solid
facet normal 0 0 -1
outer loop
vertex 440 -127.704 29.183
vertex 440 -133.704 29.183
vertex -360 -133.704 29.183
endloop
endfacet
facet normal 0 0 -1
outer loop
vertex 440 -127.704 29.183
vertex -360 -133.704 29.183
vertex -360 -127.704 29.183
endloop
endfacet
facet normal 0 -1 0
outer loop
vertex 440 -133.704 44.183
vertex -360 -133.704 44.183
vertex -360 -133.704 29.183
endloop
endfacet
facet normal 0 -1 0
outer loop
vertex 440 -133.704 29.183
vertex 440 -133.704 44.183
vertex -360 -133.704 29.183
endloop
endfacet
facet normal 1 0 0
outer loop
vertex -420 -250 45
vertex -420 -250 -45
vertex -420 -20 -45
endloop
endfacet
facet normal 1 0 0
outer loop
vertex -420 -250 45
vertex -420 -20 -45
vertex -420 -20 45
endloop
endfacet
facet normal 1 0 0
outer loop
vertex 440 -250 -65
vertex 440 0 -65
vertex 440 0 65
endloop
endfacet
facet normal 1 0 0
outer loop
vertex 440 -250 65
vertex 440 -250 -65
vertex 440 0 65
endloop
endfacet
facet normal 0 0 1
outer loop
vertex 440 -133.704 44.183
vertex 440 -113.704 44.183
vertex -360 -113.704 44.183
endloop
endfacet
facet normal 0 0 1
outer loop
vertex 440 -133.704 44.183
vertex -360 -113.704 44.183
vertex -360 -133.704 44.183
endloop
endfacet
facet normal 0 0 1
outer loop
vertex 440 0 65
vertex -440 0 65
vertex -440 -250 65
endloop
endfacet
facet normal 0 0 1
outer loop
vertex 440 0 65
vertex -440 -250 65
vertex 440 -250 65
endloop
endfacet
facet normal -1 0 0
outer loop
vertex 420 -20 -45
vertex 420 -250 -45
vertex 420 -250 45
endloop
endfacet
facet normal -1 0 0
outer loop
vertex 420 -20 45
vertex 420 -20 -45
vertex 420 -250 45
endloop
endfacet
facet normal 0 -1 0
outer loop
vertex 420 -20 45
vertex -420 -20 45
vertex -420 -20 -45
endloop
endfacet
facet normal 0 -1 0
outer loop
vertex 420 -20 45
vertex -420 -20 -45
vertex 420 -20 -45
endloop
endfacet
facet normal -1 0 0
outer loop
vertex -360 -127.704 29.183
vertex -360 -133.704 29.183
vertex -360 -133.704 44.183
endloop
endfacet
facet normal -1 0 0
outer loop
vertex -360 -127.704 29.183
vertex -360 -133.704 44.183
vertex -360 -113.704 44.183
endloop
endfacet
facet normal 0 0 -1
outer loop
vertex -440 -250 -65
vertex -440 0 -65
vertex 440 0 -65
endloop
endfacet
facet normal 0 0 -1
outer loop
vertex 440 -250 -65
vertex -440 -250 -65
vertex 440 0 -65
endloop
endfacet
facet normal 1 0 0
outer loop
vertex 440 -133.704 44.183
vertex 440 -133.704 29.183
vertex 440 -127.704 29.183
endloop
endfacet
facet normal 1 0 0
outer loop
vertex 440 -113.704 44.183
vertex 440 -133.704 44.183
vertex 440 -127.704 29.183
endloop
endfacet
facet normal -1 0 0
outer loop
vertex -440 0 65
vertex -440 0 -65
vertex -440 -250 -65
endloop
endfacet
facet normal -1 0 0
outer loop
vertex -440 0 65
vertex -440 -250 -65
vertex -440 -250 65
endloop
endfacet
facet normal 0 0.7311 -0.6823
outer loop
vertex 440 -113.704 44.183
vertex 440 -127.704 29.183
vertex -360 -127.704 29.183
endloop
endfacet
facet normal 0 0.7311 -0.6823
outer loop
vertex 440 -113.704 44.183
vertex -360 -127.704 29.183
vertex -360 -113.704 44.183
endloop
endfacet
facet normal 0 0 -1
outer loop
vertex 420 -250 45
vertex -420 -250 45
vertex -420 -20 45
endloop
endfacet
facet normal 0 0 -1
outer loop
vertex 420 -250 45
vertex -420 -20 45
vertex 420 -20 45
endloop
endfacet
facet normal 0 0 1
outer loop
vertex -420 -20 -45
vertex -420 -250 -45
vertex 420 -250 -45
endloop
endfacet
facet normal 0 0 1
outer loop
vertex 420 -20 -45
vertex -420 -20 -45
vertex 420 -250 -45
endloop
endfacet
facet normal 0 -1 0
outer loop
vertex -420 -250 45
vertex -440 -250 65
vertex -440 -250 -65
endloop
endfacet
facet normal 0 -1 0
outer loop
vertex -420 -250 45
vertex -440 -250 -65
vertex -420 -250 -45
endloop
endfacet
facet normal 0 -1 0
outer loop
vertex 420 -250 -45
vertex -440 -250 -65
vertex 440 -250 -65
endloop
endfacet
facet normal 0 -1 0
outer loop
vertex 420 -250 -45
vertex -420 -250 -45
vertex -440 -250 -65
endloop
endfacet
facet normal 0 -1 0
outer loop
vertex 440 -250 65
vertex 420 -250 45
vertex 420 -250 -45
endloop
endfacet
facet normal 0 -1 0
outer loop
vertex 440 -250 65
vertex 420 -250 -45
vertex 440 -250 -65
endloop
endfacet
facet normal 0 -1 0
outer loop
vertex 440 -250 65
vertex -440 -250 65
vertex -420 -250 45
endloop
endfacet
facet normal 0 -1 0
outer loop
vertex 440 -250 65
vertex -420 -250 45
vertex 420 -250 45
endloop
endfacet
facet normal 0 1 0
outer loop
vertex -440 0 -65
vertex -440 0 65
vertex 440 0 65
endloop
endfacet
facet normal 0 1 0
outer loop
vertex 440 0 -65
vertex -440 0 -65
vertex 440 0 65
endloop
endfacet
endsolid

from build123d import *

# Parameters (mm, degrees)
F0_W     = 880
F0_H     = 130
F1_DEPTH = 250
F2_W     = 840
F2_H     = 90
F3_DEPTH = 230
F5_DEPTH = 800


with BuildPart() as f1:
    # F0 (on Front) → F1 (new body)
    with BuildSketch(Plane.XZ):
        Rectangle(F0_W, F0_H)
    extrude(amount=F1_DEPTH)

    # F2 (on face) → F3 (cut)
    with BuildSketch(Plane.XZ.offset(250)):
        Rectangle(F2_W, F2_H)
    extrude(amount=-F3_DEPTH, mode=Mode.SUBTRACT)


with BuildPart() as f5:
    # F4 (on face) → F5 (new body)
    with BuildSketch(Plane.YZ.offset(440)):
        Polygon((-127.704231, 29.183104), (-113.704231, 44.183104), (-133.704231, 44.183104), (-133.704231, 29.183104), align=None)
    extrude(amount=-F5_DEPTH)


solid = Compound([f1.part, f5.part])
--
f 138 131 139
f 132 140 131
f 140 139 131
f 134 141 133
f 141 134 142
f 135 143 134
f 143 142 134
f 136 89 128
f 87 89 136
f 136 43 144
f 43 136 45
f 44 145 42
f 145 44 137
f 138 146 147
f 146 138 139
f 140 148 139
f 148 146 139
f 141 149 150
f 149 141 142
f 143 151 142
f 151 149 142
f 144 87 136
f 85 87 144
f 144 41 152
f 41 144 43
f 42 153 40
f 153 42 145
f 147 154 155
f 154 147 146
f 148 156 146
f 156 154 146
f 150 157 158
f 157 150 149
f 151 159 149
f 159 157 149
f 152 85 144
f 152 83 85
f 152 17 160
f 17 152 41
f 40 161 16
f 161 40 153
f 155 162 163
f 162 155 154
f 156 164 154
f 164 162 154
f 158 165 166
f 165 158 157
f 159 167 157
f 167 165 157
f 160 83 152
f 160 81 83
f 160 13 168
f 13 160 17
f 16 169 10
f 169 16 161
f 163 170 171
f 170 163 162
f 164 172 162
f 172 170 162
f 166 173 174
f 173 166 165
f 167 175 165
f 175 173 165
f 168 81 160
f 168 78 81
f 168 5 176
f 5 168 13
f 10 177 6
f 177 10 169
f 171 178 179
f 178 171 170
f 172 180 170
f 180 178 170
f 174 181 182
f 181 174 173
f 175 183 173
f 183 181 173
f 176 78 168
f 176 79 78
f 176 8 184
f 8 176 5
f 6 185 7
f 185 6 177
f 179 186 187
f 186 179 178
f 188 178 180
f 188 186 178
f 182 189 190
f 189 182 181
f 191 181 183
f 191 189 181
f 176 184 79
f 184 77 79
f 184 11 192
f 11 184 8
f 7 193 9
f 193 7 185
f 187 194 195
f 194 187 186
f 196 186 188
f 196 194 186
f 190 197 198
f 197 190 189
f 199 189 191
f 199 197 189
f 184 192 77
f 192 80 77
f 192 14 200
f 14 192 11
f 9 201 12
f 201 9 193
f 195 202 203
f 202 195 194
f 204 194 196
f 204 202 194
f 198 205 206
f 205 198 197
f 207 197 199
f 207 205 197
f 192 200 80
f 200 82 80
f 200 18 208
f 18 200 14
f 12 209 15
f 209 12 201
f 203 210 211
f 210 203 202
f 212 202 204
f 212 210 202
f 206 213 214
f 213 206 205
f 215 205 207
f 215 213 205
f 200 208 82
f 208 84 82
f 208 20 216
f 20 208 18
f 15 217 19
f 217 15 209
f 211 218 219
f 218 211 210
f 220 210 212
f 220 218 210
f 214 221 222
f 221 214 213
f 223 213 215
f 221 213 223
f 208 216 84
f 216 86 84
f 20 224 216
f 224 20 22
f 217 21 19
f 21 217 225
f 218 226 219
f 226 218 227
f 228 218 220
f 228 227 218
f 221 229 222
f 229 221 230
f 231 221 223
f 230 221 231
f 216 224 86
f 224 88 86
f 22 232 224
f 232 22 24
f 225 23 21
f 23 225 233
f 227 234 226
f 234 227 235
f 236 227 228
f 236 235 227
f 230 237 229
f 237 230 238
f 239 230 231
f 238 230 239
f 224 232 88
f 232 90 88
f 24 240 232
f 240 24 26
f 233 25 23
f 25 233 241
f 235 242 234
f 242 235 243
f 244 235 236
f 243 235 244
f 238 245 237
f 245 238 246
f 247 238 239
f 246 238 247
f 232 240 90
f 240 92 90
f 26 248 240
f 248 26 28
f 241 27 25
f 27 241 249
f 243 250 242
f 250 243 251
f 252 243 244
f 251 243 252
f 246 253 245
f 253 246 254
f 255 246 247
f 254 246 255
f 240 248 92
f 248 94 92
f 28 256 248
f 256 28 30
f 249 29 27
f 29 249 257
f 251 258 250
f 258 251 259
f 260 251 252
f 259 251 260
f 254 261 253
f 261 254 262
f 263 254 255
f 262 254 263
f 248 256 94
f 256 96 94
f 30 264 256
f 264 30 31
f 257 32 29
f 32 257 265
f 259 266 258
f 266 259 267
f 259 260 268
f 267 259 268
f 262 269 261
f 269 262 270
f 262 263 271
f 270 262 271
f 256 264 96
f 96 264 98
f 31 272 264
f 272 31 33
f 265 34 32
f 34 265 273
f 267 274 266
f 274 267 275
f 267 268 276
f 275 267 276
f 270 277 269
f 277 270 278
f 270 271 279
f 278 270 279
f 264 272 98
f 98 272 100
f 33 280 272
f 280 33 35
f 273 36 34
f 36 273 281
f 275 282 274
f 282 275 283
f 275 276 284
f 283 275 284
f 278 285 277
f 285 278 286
---
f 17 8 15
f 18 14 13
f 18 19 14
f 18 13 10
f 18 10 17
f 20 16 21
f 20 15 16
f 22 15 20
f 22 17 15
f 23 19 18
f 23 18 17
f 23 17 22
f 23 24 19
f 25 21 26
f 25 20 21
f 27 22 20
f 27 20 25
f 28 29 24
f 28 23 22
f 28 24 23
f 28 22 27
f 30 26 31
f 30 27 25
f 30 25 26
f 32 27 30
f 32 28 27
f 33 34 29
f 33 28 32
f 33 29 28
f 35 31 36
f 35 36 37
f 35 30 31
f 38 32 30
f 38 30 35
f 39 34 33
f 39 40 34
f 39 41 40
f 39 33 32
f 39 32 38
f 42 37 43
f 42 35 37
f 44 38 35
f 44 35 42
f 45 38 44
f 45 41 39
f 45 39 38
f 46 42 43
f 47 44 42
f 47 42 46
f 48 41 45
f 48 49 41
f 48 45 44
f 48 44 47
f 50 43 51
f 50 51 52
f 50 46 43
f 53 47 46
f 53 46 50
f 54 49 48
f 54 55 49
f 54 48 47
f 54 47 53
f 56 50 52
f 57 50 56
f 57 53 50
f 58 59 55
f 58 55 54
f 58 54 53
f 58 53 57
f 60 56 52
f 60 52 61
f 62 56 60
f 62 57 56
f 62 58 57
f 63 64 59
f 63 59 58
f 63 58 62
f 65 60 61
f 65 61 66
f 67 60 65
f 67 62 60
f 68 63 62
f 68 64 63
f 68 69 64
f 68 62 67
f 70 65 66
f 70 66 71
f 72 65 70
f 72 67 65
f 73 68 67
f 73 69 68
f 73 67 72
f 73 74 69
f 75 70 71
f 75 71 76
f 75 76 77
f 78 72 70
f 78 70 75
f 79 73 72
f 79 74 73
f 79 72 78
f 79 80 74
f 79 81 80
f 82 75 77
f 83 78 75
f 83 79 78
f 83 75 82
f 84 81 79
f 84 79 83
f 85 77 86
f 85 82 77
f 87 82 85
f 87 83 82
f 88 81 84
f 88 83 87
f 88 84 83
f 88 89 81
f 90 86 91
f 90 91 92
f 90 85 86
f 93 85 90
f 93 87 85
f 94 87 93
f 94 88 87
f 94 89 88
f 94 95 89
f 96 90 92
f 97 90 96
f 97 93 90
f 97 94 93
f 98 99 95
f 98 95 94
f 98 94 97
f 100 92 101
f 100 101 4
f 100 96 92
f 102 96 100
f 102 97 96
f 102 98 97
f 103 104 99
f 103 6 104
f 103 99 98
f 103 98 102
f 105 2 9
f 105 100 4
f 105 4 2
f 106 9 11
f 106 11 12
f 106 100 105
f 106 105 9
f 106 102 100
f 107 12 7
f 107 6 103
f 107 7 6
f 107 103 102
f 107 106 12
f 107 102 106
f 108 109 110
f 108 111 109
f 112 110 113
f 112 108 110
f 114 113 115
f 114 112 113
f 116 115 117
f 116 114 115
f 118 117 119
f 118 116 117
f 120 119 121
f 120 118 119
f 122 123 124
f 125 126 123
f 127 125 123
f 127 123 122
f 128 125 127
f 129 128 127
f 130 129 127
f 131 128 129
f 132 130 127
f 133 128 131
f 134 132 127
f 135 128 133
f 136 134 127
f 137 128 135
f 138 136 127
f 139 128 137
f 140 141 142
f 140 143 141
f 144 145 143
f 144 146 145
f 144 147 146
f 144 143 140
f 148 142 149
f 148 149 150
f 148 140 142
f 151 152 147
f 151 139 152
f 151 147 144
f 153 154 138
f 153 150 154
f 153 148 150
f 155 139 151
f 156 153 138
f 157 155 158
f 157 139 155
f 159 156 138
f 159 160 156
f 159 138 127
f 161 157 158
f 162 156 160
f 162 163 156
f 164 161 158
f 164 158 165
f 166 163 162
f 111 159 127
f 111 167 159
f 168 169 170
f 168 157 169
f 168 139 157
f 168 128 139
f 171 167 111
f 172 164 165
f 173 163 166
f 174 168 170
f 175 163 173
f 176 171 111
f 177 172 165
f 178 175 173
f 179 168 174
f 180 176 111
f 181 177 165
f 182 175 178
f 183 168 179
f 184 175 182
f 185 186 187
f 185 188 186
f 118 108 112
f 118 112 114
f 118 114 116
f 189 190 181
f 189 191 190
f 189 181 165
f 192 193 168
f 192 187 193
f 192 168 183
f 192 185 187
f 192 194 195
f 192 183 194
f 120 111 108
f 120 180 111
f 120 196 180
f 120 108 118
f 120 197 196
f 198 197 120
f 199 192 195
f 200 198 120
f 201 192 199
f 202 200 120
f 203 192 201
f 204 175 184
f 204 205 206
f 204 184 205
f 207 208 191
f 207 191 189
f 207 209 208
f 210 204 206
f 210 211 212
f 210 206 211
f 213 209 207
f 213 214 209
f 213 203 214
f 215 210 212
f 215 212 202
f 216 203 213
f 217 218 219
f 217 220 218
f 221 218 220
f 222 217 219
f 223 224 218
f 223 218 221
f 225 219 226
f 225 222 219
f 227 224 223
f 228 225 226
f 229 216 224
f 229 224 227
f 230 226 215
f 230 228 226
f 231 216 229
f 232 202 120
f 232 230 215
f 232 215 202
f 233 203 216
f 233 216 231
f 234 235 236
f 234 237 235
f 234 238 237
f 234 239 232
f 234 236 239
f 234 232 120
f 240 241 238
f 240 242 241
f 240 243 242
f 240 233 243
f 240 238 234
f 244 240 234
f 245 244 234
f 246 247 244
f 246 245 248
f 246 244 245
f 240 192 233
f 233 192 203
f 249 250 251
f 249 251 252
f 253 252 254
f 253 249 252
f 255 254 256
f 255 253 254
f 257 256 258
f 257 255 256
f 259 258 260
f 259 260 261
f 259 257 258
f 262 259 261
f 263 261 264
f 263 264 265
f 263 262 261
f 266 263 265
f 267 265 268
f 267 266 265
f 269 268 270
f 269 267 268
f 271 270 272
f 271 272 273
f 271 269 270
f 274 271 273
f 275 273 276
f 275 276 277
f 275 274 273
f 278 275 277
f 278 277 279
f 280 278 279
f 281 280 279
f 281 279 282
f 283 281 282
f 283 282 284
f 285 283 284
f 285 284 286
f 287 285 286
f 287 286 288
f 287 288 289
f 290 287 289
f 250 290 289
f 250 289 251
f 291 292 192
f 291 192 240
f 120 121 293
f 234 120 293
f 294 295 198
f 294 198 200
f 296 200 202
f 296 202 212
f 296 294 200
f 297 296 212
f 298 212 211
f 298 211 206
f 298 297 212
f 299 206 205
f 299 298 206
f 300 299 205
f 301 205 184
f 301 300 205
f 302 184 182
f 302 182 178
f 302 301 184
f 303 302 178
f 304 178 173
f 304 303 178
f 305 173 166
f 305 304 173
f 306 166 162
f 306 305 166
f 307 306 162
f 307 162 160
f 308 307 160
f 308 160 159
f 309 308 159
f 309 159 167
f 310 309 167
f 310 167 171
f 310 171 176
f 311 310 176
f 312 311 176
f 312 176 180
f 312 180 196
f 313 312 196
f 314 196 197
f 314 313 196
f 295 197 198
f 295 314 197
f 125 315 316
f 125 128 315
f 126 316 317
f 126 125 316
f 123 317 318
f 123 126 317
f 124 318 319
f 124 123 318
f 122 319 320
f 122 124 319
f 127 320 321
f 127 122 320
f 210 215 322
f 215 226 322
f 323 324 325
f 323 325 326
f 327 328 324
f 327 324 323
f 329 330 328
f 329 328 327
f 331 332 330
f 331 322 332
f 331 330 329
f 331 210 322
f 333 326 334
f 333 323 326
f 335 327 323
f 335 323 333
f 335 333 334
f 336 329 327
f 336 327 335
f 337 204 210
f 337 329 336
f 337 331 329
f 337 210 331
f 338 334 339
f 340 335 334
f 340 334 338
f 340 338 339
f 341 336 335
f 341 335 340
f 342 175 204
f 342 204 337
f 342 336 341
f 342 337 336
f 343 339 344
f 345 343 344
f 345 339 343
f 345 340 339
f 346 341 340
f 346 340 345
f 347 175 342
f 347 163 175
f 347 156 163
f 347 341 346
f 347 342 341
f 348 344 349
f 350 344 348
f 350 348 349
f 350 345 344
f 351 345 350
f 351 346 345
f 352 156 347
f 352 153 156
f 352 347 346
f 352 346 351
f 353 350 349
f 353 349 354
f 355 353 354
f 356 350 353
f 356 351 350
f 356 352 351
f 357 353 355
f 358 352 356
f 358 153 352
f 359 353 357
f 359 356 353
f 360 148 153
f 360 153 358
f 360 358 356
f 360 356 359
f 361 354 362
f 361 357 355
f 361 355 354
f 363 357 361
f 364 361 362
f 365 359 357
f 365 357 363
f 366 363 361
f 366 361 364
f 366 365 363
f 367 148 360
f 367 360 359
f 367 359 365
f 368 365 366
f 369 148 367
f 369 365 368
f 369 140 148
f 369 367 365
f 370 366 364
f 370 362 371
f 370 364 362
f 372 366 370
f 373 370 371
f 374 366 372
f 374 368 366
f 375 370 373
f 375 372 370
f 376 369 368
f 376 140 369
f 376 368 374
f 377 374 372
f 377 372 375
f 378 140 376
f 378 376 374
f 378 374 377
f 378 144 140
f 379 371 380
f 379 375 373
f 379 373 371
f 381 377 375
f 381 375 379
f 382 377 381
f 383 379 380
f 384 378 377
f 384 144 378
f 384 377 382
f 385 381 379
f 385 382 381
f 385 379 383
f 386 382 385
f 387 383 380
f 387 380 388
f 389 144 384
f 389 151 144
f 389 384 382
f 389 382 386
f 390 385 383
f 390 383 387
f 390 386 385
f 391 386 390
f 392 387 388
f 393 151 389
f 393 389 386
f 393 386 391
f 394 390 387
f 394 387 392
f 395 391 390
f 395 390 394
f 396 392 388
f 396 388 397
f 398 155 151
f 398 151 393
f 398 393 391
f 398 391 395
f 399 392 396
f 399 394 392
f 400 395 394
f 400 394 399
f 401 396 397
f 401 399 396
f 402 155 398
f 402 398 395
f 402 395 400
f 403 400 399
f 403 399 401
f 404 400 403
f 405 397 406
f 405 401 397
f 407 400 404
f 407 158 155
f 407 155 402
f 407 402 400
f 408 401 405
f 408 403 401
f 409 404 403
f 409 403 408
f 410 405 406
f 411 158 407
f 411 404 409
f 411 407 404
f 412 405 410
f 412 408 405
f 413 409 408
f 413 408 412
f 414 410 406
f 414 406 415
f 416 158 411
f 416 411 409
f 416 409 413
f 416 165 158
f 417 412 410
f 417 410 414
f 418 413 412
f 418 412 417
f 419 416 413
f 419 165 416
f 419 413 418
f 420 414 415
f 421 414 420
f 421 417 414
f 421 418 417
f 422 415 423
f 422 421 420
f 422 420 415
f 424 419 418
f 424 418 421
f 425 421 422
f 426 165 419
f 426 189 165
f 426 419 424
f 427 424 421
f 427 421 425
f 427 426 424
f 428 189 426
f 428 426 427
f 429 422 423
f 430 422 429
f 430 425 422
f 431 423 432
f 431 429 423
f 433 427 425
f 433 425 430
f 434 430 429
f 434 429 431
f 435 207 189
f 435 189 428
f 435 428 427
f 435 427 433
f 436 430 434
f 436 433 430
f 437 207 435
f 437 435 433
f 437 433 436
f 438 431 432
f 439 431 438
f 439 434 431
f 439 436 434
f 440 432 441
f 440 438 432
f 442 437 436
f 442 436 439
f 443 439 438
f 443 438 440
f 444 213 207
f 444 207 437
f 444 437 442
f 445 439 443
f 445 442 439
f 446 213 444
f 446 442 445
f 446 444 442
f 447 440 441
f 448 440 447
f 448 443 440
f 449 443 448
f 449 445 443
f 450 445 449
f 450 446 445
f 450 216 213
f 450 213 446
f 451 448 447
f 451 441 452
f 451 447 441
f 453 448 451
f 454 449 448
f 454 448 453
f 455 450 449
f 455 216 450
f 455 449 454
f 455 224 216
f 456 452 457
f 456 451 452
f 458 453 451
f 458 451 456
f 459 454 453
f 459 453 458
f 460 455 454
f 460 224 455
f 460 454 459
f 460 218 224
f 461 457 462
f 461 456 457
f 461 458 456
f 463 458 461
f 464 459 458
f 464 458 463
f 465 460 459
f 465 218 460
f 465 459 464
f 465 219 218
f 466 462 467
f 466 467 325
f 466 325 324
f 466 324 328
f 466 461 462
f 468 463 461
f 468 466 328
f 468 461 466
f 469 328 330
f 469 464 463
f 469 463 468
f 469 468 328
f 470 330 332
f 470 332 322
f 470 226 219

* Problem statement *
Using the records above, copy word for word the line with "f 348 344 349", the line with "f 360 356 359", and every line between them.

* Solution *
f 348 344 349
f 350 344 348
f 350 348 349
f 350 345 344
f 351 345 350
f 351 346 345
f 352 156 347
f 352 153 156
f 352 347 346
f 352 346 351
f 353 350 349
f 353 349 354
f 355 353 354
f 356 350 353
f 356 351 350
f 356 352 351
f 357 353 355
f 358 352 356
f 358 153 352
f 359 353 357
f 359 356 353
f 360 148 153
f 360 153 358
f 360 358 356
f 360 356 359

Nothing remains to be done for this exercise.